- **Input**:
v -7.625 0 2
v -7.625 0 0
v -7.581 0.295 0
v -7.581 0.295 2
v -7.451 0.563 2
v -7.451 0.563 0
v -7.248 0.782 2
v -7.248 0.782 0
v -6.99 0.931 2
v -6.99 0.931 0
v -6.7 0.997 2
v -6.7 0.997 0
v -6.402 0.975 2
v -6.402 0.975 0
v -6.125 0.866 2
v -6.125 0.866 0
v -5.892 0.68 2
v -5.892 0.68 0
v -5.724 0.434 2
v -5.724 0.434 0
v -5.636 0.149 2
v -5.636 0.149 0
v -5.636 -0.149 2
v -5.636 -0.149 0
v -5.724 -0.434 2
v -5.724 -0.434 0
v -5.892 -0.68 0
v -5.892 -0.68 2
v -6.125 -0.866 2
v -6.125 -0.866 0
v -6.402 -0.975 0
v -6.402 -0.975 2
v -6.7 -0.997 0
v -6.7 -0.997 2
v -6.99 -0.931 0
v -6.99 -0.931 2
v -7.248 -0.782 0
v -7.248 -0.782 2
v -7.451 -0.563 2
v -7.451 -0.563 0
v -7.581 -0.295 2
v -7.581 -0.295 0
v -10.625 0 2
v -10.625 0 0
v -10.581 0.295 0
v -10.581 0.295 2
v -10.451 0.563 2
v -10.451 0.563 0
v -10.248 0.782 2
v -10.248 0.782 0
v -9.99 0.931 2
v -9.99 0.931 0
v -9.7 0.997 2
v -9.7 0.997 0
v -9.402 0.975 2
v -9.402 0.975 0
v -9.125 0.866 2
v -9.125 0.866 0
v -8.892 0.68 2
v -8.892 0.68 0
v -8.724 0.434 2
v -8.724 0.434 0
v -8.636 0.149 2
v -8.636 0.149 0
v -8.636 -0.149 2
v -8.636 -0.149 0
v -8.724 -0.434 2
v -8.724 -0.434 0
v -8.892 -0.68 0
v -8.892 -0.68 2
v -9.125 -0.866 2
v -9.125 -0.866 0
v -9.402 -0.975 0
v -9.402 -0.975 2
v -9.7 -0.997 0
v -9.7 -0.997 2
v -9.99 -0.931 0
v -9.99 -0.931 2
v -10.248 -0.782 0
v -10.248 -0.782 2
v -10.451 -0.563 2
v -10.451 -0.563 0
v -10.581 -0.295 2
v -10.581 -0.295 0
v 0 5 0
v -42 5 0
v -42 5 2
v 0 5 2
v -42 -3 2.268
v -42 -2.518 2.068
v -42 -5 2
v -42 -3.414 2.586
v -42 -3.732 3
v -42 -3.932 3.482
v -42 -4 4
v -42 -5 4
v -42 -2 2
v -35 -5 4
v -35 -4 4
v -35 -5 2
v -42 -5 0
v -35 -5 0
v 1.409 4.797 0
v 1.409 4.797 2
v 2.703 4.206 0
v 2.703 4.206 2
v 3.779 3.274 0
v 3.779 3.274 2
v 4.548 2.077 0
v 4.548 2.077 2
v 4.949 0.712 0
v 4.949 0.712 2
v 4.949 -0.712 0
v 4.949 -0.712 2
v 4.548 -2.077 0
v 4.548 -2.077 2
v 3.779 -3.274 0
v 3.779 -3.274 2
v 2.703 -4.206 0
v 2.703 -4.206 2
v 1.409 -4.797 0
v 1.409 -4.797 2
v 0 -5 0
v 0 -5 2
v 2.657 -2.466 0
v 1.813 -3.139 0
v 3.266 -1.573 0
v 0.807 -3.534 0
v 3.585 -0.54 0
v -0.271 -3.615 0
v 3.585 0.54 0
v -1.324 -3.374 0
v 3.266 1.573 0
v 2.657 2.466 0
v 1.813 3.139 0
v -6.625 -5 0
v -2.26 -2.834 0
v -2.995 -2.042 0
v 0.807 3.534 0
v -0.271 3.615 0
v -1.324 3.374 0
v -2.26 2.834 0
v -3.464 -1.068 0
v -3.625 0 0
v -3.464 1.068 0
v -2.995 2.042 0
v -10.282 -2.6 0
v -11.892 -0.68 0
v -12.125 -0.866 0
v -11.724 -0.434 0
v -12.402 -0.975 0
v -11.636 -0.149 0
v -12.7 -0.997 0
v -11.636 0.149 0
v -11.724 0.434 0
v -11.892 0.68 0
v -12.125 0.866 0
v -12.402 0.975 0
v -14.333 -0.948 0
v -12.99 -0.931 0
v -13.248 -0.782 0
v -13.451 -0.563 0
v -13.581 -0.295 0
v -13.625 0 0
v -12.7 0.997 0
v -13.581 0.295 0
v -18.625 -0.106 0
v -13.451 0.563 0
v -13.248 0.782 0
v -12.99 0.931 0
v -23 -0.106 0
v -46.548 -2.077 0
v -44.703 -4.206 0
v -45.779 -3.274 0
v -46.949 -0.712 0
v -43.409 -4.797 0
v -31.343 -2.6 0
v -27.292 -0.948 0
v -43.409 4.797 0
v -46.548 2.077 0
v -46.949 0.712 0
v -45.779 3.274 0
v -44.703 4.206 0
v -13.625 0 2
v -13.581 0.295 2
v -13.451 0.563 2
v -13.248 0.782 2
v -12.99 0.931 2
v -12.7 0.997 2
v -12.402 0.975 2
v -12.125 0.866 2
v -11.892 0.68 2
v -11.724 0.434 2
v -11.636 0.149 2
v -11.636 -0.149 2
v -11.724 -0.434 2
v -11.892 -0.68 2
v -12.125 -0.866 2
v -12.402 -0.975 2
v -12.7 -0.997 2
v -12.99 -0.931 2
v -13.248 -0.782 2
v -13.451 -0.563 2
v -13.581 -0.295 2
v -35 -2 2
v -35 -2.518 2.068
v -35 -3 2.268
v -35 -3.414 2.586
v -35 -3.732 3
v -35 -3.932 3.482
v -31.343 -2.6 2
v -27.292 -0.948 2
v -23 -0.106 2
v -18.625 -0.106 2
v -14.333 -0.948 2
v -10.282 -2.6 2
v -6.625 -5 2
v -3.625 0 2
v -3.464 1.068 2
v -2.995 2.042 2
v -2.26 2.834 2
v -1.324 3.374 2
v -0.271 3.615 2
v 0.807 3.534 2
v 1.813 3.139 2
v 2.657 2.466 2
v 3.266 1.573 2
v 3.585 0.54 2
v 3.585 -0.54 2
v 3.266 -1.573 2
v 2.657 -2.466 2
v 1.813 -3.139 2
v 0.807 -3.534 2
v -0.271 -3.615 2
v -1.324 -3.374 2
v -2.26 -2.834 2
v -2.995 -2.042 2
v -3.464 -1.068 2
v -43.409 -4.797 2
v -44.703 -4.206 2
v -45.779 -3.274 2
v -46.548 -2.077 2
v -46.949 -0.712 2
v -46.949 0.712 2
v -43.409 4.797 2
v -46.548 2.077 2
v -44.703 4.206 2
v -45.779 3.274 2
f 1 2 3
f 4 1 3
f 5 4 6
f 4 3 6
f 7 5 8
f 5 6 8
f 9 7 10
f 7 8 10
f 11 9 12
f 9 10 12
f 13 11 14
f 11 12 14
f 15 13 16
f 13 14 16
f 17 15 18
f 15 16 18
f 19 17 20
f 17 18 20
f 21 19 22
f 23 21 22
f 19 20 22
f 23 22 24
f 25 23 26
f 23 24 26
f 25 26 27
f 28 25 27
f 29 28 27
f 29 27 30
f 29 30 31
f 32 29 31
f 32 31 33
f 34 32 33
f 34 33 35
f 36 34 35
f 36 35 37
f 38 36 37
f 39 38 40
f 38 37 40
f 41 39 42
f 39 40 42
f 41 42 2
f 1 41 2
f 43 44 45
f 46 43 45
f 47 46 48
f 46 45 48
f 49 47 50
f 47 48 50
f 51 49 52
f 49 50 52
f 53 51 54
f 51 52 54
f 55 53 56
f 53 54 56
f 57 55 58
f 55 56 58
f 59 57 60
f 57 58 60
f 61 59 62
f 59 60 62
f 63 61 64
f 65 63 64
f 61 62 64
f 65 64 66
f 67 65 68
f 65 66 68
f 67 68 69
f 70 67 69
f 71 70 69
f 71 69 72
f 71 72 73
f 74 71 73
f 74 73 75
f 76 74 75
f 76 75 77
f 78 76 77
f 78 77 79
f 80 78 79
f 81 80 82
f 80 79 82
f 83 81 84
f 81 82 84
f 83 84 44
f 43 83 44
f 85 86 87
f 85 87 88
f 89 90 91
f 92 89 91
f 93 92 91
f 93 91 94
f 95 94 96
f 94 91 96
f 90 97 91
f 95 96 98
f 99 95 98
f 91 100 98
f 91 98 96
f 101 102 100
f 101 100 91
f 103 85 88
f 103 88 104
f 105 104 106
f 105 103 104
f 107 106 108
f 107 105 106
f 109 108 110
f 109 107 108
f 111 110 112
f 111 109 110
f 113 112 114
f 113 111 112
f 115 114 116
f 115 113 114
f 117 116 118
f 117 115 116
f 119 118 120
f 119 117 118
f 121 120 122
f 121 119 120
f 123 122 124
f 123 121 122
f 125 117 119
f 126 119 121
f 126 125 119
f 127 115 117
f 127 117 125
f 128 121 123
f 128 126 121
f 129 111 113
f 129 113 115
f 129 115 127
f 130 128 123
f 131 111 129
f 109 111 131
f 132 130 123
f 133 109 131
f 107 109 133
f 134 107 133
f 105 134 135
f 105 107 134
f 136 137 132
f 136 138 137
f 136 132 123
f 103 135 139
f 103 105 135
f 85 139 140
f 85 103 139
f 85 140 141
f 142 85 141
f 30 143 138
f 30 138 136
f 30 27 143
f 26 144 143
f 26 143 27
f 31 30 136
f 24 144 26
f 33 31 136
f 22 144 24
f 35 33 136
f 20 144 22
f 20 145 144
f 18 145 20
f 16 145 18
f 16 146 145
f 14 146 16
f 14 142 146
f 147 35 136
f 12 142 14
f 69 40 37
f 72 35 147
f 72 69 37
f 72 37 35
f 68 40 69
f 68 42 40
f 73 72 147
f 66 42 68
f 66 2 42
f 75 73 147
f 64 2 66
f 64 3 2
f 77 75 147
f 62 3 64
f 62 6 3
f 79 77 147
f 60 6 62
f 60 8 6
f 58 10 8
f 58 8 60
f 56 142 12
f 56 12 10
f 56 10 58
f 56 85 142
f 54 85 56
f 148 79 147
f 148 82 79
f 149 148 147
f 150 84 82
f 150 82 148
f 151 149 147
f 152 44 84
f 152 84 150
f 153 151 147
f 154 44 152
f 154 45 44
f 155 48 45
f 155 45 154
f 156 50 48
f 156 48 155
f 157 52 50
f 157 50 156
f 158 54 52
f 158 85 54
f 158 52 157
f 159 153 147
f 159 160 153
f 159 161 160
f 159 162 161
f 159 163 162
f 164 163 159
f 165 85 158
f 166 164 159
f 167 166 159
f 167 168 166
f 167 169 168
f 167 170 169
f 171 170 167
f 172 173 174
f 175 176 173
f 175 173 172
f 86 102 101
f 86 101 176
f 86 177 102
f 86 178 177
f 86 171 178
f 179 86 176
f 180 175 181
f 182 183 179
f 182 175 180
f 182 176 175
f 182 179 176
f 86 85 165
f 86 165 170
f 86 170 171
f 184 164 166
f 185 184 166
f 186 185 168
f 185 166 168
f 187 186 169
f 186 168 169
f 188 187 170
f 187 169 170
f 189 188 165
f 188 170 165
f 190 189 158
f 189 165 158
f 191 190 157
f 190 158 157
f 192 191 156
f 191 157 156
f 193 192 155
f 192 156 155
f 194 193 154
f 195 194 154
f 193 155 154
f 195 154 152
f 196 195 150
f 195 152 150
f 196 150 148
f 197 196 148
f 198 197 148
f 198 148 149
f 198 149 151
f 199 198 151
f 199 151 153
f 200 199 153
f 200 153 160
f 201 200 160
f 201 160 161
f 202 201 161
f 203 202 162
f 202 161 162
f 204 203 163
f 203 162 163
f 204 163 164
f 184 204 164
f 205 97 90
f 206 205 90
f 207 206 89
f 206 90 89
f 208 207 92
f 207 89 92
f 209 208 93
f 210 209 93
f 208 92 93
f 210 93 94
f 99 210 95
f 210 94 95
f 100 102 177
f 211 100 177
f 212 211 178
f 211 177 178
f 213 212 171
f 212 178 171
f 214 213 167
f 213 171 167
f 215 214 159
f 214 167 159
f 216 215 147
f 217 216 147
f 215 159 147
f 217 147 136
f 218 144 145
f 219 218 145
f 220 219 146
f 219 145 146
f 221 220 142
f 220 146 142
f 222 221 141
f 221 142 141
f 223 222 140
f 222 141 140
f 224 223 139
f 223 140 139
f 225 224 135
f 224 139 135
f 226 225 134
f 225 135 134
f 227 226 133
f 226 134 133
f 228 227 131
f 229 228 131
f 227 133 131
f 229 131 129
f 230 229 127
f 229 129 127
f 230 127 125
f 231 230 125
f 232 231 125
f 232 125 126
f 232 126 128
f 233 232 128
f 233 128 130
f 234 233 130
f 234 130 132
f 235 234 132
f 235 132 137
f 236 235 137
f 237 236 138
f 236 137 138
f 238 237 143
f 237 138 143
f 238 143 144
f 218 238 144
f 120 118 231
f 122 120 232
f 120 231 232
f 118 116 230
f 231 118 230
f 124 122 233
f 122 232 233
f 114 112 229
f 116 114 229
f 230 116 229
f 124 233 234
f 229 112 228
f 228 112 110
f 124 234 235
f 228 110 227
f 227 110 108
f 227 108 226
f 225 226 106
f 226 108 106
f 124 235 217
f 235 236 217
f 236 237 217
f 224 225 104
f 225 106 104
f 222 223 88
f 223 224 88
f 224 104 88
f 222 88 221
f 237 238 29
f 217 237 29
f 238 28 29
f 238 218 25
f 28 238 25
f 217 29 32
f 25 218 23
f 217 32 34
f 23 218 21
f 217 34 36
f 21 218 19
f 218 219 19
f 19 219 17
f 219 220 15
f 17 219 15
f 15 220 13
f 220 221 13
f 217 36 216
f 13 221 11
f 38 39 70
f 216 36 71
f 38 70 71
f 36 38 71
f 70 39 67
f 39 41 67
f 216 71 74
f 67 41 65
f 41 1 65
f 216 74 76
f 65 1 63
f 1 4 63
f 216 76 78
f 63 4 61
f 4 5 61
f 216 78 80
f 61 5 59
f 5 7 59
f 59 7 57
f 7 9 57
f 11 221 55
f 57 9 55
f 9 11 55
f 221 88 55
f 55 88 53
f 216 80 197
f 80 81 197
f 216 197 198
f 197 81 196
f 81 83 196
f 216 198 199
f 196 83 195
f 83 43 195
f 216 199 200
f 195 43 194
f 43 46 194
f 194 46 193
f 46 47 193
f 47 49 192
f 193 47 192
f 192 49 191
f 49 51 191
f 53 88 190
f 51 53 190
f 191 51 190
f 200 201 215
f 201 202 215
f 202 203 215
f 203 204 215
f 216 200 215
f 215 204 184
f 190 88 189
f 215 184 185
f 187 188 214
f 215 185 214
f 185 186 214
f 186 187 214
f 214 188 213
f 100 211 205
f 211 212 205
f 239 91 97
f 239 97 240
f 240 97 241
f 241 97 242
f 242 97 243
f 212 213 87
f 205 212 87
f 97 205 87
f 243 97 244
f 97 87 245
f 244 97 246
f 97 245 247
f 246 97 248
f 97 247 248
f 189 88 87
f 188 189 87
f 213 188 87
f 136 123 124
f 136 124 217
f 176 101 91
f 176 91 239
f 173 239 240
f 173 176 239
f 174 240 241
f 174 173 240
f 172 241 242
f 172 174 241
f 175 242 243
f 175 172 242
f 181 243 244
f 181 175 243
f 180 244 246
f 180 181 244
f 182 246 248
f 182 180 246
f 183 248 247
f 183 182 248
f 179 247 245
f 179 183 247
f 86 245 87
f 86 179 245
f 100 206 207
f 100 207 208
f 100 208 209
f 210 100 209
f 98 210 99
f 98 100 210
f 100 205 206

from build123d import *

# Parameters (mm, degrees)
BOSS_EXTRUDE1_DEPTH = 2
SKETCH3_R           = 3.625
SKETCH3_R_2         = 1
CUT_EXTRUDE1_DEPTH  = 2
SKETCH4_W           = 7
SKETCH4_H           = 4
BOSS_EXTRUDE2_DEPTH = 3
SKETCH7_R           = 2
CUT_EXTRUDE2_DEPTH  = 7


with BuildPart() as part:
    # Sketch1 → Boss-Extrude1 (new body)
    with BuildSketch(Plane.XY):
        with BuildLine():
            Line((-42, 5), (0, 5))
            ThreePointArc((0, 5), (5, 0), (0, -5))
            Line((0, -5), (-42, -5))
            ThreePointArc((-42, -5), (-47, 0), (-42, 5))
        make_face()
    extrude(amount=BOSS_EXTRUDE1_DEPTH)

    # Sketch3 → Cut-Extrude1 (cut)
    with BuildSketch(Plane(origin=(0, 0, 0), x_dir=(-1, 0, 0), z_dir=(0, 0, -1))):
        with BuildLine():
            Line((6.625, -5), (35, -5))
            ThreePointArc((35, -5), (20.8125, 0), (6.625, -5))
        make_face()
        Circle(SKETCH3_R)
        with Locations((6.625, 0)):
            Circle(SKETCH3_R_2)
        with Locations((9.625, 0)):
            Circle(SKETCH3_R_2)
        with Locations((12.625, 0)):
            Circle(SKETCH3_R_2)
    extrude(amount=-CUT_EXTRUDE1_DEPTH, mode=Mode.SUBTRACT)

    # Sketch4 → Boss-Extrude2 (add)
    with BuildSketch(Plane.XZ.offset(5)):
        with Locations((-38.5, 2)):
            Rectangle(SKETCH4_W, SKETCH4_H)
    extrude(amount=-BOSS_EXTRUDE2_DEPTH)

    # Sketch7 → Cut-Extrude2 (cut)
    with BuildSketch(Plane.ZY.offset(42)):
        with Locations((4, -2)):
            Circle(SKETCH7_R)
    extrude(amount=-CUT_EXTRUDE2_DEPTH, mode=Mode.SUBTRACT)


solid = part.part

- **Task objective**: The lines from the top of the data above down to the line containing "v -8.636 0.149 0" are to be copied exactly; no other line should appear.

- **Answer to this problem**:
v -7.625 0 2
v -7.625 0 0
v -7.581 0.295 0
v -7.581 0.295 2
v -7.451 0.563 2
v -7.451 0.563 0
v -7.248 0.782 2
v -7.248 0.782 0
v -6.99 0.931 2
v -6.99 0.931 0
v -6.7 0.997 2
v -6.7 0.997 0
v -6.402 0.975 2
v -6.402 0.975 0
v -6.125 0.866 2
v -6.125 0.866 0
v -5.892 0.68 2
v -5.892 0.68 0
v -5.724 0.434 2
v -5.724 0.434 0
v -5.636 0.149 2
v -5.636 0.149 0
v -5.636 -0.149 2
v -5.636 -0.149 0
v -5.724 -0.434 2
v -5.724 -0.434 0
v -5.892 -0.68 0
v -5.892 -0.68 2
v -6.125 -0.866 2
v -6.125 -0.866 0
v -6.402 -0.975 0
v -6.402 -0.975 2
v -6.7 -0.997 0
v -6.7 -0.997 2
v -6.99 -0.931 0
v -6.99 -0.931 2
v -7.248 -0.782 0
v -7.248 -0.782 2
v -7.451 -0.563 2
v -7.451 -0.563 0
v -7.581 -0.295 2
v -7.581 -0.295 0
v -10.625 0 2
v -10.625 0 0
v -10.581 0.295 0
v -10.581 0.295 2
v -10.451 0.563 2
v -10.451 0.563 0
v -10.248 0.782 2
v -10.248 0.782 0
v -9.99 0.931 2
v -9.99 0.931 0
v -9.7 0.997 2
v -9.7 0.997 0
v -9.402 0.975 2
v -9.402 0.975 0
v -9.125 0.866 2
v -9.125 0.866 0
v -8.892 0.68 2
v -8.892 0.68 0
v -8.724 0.434 2
v -8.724 0.434 0
v -8.636 0.149 2
v -8.636 0.149 0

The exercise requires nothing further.